__PROMPT__. In the listing that follows, locate the line containing "v2 (190,0,20)" and the line containing "FreeCAD Python script". Retype exactly those two lines and every line between them, and nothing more.

__PROVIDED MATERIAL__.
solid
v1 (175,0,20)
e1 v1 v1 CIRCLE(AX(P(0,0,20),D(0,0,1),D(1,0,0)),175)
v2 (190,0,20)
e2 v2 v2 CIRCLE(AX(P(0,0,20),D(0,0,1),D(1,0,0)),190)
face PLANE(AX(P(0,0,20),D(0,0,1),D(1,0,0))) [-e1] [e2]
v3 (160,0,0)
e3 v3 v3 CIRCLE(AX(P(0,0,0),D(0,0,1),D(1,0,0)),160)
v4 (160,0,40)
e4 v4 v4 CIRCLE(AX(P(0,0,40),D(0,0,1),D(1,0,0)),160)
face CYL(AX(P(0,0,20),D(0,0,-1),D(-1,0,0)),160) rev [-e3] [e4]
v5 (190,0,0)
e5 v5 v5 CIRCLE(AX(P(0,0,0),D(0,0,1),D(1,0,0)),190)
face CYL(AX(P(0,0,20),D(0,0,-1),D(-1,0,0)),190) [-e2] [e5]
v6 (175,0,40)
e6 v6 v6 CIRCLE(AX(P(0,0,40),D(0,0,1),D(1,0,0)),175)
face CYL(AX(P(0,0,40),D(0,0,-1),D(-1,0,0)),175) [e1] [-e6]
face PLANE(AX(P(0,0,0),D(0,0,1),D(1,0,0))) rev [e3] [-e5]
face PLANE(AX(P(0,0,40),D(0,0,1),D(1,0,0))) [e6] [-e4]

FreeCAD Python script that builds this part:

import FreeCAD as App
import Part
import Sketcher

V = App.Vector

doc = App.newDocument("Part")
body = doc.addObject("PartDesign::Body", "Body")

# Sketch on XY plane
sketch1 = body.newObject("Sketcher::SketchObject", "Sketch")
sketch1.AttachmentSupport = (doc.getObject("XY_Plane"), [""])
sketch1.MapMode = "FlatFace"
sketch1.addGeometry(Part.Circle(V(0, 0, 0), V(0, 0, 1), 190), False)
sketch1.addGeometry(Part.Circle(V(0, 0, 0), V(0, 0, 1), 160), False)
sketch1.addConstraint(Sketcher.Constraint("Coincident", 0, 3, -1, 1))
sketch1.addConstraint(Sketcher.Constraint("Coincident", 1, 3, -1, 1))
sketch1.addConstraint(Sketcher.Constraint("Diameter", 0, 380.0))
sketch1.addConstraint(Sketcher.Constraint("Diameter", 1, 320.0))
pad1 = body.newObject("PartDesign::Pad", "Pad")
pad1.Profile = sketch1
pad1.Length = 20

# Sketch on XY plane
sketch2 = body.newObject("Sketcher::SketchObject", "Sketch001")
sketch2.AttachmentSupport = (doc.getObject("XY_Plane"), [""])
sketch2.MapMode = "FlatFace"
sketch2.AttachmentOffset = App.Placement(V(0, 0, 20), App.Rotation())
sketch2.addGeometry(Part.Circle(V(0, 0, 0), V(0, 0, 1), 175), False)
sketch2.addGeometry(Part.Circle(V(0, 0, 0), V(0, 0, 1), 160), False)
sketch2.addConstraint(Sketcher.Constraint("Coincident", 0, 3, -1, 1))
sketch2.addConstraint(Sketcher.Constraint("Coincident", 1, 3, -1, 1))
sketch2.addConstraint(Sketcher.Constraint("Diameter", 0, 350.0))
sketch2.addConstraint(Sketcher.Constraint("Diameter", 1, 320.0))
pad2 = body.newObject("PartDesign::Pad", "Pad001")
pad2.Profile = sketch2
pad2.Length = 20

doc.recompute()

__TASK OUTPUT__.
v2 (190,0,20)
e2 v2 v2 CIRCLE(AX(P(0,0,20),D(0,0,1),D(1,0,0)),190)
face PLANE(AX(P(0,0,20),D(0,0,1),D(1,0,0))) [-e1] [e2]
v3 (160,0,0)
e3 v3 v3 CIRCLE(AX(P(0,0,0),D(0,0,1),D(1,0,0)),160)
v4 (160,0,40)
e4 v4 v4 CIRCLE(AX(P(0,0,40),D(0,0,1),D(1,0,0)),160)
face CYL(AX(P(0,0,20),D(0,0,-1),D(-1,0,0)),160) rev [-e3] [e4]
v5 (190,0,0)
e5 v5 v5 CIRCLE(AX(P(0,0,0),D(0,0,1),D(1,0,0)),190)
face CYL(AX(P(0,0,20),D(0,0,-1),D(-1,0,0)),190) [-e2] [e5]
v6 (175,0,40)
e6 v6 v6 CIRCLE(AX(P(0,0,40),D(0,0,1),D(1,0,0)),175)
face CYL(AX(P(0,0,40),D(0,0,-1),D(-1,0,0)),175) [e1] [-e6]
face PLANE(AX(P(0,0,0),D(0,0,1),D(1,0,0))) rev [e3] [-e5]
face PLANE(AX(P(0,0,40),D(0,0,1),D(1,0,0))) [e6] [-e4]

FreeCAD Python script that builds this part:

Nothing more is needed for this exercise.